Angaben aus der Enser Kirchenchronik sowie der Stiftungsurkunde der Kapelle Nordenbeck, letztere im Heimatmuseum in Korbach (Pfr. Koch im Juli 1991)

(1)
Lebensbeschreibung der Anna von Viermund, so dargestellt in dem Aushang unterhalb des Grabmals in der Evangelischen Kirche in Nieder-Ense Der Text ist hinsichtlich der Angaben zu den Eltern Annas, der Daten ihrer Eheschließungen und des Todesjahres von Graf Heinrich IX. berichtigt. Im übrigen s.a. nachfolgende Anmerkung Ziff. 3
(2)
Die Vermählung fand am 19. Dez. 1563 in Corbach statt; beide wohnten anfangs in Naumburg, seit 1568 bis zum Tode des Grafen (3. Okt. 1577) auf dem Hause Itter; nach Heldmann: Zur Geschichte des Gerichts Viermünden und seiner Geschlechter, Zeitschrift des Vereins für hessische Geschichte und Landeskunde, 1890, 1895 und 1903, S. 132 und 133; außerdem Wolfgang Medding "Korbach, die Geschichte einer deutschen Stadt"; danach fand die Hochzeit, wie Jonas Trygophorus berichtet, in aller Stille ohne Geläut und Geteut in Korbach im Hause des Apothekers Knyben statt.

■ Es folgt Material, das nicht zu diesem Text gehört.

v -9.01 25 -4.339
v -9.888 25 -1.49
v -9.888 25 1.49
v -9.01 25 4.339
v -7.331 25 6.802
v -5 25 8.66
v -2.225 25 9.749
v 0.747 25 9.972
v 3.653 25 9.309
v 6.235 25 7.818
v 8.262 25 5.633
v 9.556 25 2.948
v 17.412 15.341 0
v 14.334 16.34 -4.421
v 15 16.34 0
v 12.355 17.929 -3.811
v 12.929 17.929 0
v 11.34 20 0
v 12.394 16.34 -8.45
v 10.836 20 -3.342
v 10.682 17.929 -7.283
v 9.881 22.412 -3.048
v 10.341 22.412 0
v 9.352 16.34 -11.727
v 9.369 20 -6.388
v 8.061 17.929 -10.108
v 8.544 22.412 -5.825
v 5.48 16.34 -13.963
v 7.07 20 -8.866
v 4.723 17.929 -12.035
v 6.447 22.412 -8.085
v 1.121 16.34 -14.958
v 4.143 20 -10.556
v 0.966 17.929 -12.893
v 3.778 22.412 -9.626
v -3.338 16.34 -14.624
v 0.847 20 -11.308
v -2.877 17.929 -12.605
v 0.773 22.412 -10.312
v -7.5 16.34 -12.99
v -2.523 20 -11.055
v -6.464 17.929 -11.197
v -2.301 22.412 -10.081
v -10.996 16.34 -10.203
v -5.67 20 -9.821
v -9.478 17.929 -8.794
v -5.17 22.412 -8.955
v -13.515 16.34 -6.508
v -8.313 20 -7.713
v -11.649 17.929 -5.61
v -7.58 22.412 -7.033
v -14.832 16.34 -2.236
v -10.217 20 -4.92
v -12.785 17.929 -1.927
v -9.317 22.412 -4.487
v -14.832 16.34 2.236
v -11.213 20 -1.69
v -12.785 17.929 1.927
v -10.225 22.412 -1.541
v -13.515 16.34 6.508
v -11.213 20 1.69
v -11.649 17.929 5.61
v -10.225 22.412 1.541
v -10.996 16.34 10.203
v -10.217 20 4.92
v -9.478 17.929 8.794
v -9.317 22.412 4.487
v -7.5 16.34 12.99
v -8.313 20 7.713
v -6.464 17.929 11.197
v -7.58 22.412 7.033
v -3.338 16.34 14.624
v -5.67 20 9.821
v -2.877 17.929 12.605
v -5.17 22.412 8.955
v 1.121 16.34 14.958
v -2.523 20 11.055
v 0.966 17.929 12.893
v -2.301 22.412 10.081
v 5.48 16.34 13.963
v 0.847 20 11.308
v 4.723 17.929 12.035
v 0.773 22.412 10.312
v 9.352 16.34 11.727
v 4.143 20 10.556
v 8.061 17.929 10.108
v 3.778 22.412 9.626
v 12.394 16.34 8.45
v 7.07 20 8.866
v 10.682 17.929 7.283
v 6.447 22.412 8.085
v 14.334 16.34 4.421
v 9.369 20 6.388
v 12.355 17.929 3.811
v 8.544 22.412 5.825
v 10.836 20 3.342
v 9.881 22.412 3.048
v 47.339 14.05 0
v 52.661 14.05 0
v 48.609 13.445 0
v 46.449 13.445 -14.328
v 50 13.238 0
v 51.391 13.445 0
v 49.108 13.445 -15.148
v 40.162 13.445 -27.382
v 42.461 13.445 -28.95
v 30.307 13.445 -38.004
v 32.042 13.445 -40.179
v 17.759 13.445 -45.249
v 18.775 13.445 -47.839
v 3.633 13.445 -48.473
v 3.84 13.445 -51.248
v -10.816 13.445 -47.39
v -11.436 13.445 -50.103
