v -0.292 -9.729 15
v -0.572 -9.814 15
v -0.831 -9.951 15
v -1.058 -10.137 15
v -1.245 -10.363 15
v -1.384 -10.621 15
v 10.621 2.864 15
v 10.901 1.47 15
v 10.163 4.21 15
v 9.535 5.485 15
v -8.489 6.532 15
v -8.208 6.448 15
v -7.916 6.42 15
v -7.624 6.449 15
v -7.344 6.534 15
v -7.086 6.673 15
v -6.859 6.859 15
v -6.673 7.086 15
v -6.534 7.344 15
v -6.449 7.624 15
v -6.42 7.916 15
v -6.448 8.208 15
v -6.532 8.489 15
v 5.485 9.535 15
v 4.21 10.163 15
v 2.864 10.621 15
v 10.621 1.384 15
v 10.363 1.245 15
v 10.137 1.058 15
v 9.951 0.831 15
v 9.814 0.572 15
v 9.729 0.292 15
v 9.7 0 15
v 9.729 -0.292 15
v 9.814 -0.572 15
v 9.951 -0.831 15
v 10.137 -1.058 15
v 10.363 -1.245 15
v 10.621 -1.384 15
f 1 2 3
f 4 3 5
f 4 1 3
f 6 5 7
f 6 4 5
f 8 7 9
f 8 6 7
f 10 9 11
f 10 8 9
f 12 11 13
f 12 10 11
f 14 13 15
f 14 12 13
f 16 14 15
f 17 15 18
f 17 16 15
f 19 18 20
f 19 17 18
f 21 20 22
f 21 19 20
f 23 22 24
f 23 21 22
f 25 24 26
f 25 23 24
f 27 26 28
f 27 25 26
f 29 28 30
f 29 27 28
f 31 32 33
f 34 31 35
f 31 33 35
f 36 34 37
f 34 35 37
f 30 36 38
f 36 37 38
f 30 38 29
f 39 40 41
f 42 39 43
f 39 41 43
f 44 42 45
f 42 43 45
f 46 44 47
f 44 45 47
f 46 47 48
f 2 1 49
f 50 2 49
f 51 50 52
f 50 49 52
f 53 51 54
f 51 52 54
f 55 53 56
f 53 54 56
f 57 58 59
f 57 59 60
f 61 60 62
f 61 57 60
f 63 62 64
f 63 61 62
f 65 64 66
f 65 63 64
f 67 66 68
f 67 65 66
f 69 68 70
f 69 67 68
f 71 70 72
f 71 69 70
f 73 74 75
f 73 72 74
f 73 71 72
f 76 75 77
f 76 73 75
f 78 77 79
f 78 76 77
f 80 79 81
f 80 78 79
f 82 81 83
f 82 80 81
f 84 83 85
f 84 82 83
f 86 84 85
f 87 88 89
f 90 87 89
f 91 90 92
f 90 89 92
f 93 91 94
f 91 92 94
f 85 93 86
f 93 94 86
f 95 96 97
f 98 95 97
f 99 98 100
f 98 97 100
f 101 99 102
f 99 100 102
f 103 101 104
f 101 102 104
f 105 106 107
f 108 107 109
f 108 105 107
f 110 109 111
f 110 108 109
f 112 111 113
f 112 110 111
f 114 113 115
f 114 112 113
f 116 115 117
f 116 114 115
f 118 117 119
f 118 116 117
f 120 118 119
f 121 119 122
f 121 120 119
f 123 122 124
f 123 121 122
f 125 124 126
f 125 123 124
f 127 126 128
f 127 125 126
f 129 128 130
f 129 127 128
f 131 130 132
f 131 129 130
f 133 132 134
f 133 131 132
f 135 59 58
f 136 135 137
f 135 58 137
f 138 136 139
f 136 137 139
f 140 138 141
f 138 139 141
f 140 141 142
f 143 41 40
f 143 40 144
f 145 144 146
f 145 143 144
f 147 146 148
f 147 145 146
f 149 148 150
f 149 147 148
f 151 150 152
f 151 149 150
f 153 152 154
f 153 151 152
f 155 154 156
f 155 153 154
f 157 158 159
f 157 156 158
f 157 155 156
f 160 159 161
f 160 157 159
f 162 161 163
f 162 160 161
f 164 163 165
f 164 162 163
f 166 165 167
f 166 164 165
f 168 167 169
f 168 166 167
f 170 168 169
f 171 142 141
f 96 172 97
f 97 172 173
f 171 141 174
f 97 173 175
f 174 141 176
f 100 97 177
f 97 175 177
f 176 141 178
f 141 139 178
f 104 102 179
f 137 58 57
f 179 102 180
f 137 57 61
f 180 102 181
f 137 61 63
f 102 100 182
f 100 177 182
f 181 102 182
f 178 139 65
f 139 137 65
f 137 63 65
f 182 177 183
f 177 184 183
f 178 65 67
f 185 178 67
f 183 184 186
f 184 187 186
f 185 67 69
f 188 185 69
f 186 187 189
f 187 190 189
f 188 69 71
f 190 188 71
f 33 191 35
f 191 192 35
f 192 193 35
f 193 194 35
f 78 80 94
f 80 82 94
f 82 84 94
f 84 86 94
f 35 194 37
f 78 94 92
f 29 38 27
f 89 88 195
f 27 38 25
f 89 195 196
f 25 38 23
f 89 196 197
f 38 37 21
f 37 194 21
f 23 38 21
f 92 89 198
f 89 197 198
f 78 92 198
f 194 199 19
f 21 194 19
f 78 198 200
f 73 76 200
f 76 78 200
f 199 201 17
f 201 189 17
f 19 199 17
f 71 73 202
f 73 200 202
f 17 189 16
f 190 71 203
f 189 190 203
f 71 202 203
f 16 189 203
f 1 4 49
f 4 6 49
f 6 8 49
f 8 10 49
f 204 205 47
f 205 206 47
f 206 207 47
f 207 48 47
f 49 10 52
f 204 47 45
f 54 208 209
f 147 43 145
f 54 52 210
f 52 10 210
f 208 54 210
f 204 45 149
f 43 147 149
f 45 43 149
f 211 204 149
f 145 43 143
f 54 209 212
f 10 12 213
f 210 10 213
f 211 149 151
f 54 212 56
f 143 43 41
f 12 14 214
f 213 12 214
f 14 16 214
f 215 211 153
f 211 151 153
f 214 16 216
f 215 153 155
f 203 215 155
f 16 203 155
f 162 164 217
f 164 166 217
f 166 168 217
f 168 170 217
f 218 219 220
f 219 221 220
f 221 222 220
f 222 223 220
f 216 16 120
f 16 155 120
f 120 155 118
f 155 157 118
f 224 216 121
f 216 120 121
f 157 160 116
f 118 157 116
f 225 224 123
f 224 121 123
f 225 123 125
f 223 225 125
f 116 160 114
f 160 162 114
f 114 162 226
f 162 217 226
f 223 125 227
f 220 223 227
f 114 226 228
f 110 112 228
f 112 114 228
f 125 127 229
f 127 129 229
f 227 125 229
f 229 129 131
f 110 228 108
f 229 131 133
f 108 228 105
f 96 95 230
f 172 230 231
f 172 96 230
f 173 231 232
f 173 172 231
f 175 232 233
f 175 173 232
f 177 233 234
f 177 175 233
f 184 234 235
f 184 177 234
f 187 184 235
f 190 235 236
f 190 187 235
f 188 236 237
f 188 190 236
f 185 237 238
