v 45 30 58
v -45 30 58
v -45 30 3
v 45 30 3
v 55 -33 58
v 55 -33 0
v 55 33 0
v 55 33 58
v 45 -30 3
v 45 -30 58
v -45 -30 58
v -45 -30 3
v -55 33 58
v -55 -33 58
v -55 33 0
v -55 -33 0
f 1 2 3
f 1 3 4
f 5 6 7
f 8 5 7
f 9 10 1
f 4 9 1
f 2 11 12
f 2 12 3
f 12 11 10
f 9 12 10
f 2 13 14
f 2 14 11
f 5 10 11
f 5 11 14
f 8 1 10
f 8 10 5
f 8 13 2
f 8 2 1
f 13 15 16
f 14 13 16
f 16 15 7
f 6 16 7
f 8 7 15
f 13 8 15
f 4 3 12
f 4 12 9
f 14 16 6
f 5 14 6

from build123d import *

# Parameters (mm, degrees)
F0_W     = 90
F0_H     = 60
F1_DEPTH = 58
F2_W     = 90
F2_H     = 60
F3_DEPTH = 55
F4_DEPTH = 55


with BuildPart() as f1:
    # F0 (on Top) → F1 (new body)
    with BuildSketch(Plane.XY):
        Polygon((55, 33), (48, 33), (-48, 33), (-55, 33), (-55, -33), (-48, -33), (48, -33), (55, -33), align=None)
        Rectangle(F0_W, F0_H, mode=Mode.SUBTRACT)
        Rectangle(F0_W, F0_H)
    extrude(amount=F1_DEPTH)

    # F2 (on face) → F3 (join)
    with BuildSketch(Plane.XY.offset(58)):
        Rectangle(F2_W, F2_H)
    extrude(amount=-F3_DEPTH)

    # F2 (on face) → F4 (cut)
    with BuildSketch(Plane.XY.offset(58)):
        Rectangle(F2_W, F2_H)
    extrude(amount=-F4_DEPTH, mode=Mode.SUBTRACT)


solid = f1.part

(3) Das Reichskammergericht erkennt zunächst den sog. Hessischen Rezeß vom 31.12.1563 an. Danach soll vorbehaltlich ihres Rechtes beiden Teilen Nordenbeck gemeinsam bleiben, die Brüder sollen ihrer Base freien Verkehr mit den Ihrigen und Unterhalt gewähren, und laut eines weiteren Rezesses vom 28. Februar 1564 die Bewaffneten des Schlossen binnen 4 Tagen abschaffen, den Briefkasten und das Silbergeschirr zurückbringen. Beides sollte von beiden Teilen versiegelt, sicher verwahrt und jedem sein Recht vorbehalten bleiben (nach Heldmann s.o., S. 135)

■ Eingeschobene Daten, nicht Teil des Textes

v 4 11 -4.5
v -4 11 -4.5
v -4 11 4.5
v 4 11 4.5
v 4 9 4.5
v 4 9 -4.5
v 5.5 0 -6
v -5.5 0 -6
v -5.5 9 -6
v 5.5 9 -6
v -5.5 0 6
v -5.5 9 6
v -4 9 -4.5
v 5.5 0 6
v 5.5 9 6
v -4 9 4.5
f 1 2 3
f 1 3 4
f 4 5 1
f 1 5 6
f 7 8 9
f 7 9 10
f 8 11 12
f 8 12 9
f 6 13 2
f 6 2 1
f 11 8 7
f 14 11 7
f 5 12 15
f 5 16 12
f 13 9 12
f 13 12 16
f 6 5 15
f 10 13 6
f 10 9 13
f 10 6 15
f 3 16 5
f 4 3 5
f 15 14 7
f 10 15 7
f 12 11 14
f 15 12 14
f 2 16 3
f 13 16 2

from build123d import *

# Parameters (mm, degrees)
SKETCH_1_W      = 11
SKETCH_1_H      = 12
EXTRUDE_1_DEPTH = 9
SKETCH_2_W      = 8
SKETCH_2_H      = 9
EXTRUDE_2_DEPTH = 2


with BuildPart() as part:
    # Эскиз1 → Бобышка-Вытянуть1 (new body)
    with BuildSketch(Plane(origin=(0, 0, 0), x_dir=(1, 0, 0), z_dir=(0, 1, 0))):
        Rectangle(SKETCH_1_W, SKETCH_1_H)
    extrude(amount=EXTRUDE_1_DEPTH)

    # Эскиз2 → Бобышка-Вытянуть2 (add)
    with BuildSketch(Plane(origin=(0, 9, 0), x_dir=(1, 0, 0), z_dir=(0, 1, 0))):
        Rectangle(SKETCH_2_W, SKETCH_2_H)
    extrude(amount=EXTRUDE_2_DEPTH)


solid = part.part
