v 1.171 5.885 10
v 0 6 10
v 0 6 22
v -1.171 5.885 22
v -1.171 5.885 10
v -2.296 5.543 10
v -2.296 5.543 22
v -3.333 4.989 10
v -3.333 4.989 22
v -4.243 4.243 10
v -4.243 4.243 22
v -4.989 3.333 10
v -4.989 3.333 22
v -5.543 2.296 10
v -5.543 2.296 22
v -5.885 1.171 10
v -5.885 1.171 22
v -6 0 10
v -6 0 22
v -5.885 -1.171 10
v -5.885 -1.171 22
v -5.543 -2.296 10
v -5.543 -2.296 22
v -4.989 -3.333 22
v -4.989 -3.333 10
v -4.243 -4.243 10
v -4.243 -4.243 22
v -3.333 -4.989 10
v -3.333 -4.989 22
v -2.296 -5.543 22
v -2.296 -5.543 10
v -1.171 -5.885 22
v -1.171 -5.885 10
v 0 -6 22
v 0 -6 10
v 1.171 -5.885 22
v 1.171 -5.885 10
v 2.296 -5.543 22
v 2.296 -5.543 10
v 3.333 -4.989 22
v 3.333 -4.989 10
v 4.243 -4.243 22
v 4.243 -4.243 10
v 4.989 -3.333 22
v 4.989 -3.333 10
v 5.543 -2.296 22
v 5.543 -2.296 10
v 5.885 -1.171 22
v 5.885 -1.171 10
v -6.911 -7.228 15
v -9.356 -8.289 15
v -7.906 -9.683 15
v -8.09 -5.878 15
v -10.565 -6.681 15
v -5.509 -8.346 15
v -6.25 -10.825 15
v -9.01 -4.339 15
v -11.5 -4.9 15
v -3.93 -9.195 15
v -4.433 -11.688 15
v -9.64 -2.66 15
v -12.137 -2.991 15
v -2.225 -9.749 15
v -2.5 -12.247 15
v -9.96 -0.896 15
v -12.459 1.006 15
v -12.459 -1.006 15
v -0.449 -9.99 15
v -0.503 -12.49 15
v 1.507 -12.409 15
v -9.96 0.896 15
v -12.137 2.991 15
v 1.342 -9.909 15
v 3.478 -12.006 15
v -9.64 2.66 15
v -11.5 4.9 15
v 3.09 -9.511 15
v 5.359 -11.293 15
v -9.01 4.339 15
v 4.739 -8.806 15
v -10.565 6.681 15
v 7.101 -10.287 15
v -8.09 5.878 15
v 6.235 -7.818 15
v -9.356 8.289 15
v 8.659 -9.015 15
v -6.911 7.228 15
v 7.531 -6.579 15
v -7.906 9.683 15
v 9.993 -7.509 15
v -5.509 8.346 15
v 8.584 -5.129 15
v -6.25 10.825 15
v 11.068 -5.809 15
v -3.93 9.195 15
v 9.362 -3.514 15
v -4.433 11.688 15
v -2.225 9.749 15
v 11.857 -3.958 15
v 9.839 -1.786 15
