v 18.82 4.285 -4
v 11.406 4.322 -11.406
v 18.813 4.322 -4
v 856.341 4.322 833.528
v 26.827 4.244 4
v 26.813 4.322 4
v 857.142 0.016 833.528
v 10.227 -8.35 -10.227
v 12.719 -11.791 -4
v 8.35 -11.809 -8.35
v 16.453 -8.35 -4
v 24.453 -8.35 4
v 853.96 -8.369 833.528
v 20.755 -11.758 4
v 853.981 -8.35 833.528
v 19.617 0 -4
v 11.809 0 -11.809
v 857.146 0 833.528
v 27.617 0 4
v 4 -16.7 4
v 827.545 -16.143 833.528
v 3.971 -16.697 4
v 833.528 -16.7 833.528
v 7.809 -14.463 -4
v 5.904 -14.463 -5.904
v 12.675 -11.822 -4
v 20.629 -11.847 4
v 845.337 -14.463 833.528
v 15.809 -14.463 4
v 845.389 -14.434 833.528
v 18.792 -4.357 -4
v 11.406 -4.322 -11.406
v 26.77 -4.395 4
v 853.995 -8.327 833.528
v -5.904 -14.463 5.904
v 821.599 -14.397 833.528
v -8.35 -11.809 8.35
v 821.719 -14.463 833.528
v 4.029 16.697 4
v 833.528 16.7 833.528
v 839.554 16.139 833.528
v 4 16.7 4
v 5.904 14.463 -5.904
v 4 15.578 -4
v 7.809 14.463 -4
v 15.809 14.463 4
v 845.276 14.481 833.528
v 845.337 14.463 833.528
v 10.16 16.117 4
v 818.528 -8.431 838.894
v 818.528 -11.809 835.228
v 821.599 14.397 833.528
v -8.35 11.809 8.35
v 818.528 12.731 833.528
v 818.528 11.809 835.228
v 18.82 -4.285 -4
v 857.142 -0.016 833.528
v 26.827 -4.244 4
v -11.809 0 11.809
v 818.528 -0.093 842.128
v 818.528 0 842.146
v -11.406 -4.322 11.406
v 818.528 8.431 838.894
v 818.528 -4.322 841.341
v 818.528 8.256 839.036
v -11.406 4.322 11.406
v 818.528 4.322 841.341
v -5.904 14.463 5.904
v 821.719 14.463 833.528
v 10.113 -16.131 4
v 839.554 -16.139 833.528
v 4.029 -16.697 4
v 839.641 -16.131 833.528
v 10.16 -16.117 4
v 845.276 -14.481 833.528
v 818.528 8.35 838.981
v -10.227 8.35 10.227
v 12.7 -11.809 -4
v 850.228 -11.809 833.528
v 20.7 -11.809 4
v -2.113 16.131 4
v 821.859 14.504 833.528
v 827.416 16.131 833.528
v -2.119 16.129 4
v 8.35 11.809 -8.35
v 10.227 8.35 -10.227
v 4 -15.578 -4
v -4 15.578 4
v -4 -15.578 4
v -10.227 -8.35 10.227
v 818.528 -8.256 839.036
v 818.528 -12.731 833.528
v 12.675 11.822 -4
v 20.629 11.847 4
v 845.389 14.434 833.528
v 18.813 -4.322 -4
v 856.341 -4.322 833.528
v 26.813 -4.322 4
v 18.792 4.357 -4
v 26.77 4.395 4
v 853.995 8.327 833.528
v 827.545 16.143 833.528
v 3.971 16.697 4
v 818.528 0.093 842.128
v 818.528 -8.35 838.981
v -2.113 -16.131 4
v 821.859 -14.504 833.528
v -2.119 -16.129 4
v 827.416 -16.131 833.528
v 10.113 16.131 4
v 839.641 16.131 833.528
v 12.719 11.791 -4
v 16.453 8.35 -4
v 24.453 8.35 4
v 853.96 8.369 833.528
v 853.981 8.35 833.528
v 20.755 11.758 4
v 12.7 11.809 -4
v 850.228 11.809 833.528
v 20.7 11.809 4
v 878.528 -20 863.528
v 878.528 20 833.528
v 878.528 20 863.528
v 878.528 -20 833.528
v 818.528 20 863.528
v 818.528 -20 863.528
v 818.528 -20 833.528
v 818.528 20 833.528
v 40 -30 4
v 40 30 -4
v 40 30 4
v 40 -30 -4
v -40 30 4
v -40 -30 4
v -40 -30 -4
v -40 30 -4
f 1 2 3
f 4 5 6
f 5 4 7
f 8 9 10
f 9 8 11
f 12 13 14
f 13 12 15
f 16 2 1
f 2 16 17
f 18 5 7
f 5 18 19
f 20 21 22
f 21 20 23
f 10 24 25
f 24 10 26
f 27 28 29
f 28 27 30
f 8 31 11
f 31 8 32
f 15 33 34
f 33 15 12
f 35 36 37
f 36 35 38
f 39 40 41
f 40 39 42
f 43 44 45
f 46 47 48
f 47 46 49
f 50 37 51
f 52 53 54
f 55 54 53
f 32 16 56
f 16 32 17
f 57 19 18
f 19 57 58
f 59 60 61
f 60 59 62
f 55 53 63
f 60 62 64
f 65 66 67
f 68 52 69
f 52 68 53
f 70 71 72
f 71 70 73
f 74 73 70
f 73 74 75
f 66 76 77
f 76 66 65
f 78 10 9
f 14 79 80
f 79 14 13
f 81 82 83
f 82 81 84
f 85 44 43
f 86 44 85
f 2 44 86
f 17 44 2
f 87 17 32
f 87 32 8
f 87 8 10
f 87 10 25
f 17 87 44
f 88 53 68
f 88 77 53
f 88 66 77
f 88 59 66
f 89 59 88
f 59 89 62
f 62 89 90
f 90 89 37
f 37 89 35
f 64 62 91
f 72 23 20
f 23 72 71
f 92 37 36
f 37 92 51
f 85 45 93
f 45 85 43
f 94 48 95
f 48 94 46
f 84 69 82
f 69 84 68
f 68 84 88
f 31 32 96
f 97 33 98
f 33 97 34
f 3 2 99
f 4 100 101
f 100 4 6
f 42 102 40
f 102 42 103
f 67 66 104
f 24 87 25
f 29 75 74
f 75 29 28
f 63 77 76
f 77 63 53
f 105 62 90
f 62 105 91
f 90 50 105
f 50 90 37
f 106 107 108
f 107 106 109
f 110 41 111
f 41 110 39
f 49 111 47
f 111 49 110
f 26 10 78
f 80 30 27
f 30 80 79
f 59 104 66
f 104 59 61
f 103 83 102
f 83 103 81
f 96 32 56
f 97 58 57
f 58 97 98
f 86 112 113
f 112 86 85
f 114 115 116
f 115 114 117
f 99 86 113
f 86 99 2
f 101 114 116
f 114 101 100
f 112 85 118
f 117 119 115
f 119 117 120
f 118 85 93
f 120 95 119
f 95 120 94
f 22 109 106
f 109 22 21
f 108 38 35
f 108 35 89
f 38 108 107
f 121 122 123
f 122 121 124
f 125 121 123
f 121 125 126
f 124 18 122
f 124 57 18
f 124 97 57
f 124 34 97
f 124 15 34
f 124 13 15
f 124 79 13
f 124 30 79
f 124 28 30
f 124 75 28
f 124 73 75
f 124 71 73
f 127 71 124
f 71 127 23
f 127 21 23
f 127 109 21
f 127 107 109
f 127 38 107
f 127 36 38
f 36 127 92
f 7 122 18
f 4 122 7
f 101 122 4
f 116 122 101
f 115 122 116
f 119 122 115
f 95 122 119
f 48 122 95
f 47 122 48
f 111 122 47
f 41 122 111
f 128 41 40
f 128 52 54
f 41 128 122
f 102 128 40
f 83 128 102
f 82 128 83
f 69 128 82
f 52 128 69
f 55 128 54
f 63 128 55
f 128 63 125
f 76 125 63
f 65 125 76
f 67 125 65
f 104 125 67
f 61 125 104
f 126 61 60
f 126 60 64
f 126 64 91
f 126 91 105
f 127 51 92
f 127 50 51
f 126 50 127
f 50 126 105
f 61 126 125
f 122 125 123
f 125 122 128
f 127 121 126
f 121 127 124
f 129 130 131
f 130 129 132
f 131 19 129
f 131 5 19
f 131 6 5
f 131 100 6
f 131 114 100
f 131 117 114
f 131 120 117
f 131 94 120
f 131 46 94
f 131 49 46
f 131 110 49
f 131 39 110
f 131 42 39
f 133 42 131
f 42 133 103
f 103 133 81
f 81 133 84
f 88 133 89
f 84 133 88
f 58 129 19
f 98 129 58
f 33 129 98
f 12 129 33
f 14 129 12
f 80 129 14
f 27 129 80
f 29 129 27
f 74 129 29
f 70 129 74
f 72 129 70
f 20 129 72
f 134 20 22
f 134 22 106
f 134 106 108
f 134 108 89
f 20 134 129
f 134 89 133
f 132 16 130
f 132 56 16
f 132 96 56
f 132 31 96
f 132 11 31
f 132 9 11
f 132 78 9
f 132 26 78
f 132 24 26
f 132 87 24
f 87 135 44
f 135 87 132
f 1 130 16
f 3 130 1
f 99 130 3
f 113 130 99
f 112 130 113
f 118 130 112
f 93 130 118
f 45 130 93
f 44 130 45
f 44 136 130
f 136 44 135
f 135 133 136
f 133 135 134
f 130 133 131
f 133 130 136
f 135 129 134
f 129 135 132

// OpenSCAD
// Seismic sway brace — diagonal strut (NFPA 13 §18).
brace_l = 1200;
brace_od = 33.4;  // 1" pipe brace
angle_deg = 45;
rotate([0, angle_deg, 0])
    cylinder(h = brace_l, d = brace_od, $fn = 24);
// Pipe attachment fitting at top end
translate([brace_l * sin(angle_deg), 0, brace_l * cos(angle_deg)])
    cube(size = [60, 40, 30], center = true);
// Structural attachment plate at bottom
cube(size = [80, 60, 8], center = true);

(4) Der eigentliche Prozess zieht sich noch längere Zeit hin. Eine Entscheidung des Reichskammergerichts vom Jahre 1580 bringt Anna ab 1.1.1581 in den Besitz der geforderten Güter, hinsichtlich der gesamten Erbschaft wird der Prozeß endgültig 1587 gewonnen.